======== MATERIAL FOR THE TASK

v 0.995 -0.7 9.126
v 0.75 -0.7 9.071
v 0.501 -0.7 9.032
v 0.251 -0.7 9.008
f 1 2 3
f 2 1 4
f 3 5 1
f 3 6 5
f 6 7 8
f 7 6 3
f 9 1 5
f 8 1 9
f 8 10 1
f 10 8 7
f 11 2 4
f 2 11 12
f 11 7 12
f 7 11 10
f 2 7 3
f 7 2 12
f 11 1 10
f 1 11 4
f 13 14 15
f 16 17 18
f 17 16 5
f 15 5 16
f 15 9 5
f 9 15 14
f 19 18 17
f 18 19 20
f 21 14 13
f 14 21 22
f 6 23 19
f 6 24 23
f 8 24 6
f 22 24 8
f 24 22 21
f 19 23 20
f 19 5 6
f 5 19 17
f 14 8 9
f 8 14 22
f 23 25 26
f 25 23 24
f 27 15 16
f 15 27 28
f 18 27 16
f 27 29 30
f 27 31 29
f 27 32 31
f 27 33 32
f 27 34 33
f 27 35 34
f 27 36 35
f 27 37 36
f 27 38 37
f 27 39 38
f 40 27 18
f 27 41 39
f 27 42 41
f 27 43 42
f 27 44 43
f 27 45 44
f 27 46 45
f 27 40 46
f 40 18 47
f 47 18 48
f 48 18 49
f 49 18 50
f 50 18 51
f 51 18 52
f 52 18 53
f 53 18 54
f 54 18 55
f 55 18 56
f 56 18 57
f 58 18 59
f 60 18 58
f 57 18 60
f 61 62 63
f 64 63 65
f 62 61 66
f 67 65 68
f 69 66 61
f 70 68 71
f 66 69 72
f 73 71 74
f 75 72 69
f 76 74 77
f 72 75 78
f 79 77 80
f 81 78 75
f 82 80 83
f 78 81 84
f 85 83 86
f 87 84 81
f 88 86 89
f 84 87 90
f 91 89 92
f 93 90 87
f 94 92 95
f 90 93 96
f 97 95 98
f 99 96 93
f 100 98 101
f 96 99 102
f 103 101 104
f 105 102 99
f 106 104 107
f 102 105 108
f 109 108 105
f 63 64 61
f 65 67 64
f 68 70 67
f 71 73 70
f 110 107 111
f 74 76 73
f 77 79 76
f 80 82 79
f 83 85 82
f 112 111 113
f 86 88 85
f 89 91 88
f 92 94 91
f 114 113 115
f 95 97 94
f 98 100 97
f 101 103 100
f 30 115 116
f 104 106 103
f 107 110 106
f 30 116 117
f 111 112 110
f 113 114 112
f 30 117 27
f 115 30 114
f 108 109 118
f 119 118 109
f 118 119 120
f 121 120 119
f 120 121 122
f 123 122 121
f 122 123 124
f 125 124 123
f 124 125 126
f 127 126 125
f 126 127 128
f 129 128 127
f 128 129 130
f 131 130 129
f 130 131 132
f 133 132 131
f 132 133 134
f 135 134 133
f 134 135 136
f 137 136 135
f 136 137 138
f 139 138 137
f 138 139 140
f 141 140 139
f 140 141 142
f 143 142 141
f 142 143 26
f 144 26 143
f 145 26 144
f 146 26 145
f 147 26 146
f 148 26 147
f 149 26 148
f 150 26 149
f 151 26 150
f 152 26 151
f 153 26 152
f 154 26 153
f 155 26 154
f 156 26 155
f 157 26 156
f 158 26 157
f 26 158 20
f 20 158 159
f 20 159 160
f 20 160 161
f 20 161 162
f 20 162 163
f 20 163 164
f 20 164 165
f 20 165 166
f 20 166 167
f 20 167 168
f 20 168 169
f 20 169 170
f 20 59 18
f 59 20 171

================

### PROBLEM DETAILS
Copy out only the lines above from the one with "f 105 102 99" to the one with "f 130 131 132", inclusive, exactly as they stand.

### TASK ANSWER
f 105 102 99
f 106 104 107
f 102 105 108
f 109 108 105
f 63 64 61
f 65 67 64
f 68 70 67
f 71 73 70
f 110 107 111
f 74 76 73
f 77 79 76
f 80 82 79
f 83 85 82
f 112 111 113
f 86 88 85
f 89 91 88
f 92 94 91
f 114 113 115
f 95 97 94
f 98 100 97
f 101 103 100
f 30 115 116
f 104 106 103
f 107 110 106
f 30 116 117
f 111 112 110
f 113 114 112
f 30 117 27
f 115 30 114
f 108 109 118
f 119 118 109
f 118 119 120
f 121 120 119
f 120 121 122
f 123 122 121
f 122 123 124
f 125 124 123
f 124 125 126
f 127 126 125
f 126 127 128
f 129 128 127
f 128 129 130
f 131 130 129
f 130 131 132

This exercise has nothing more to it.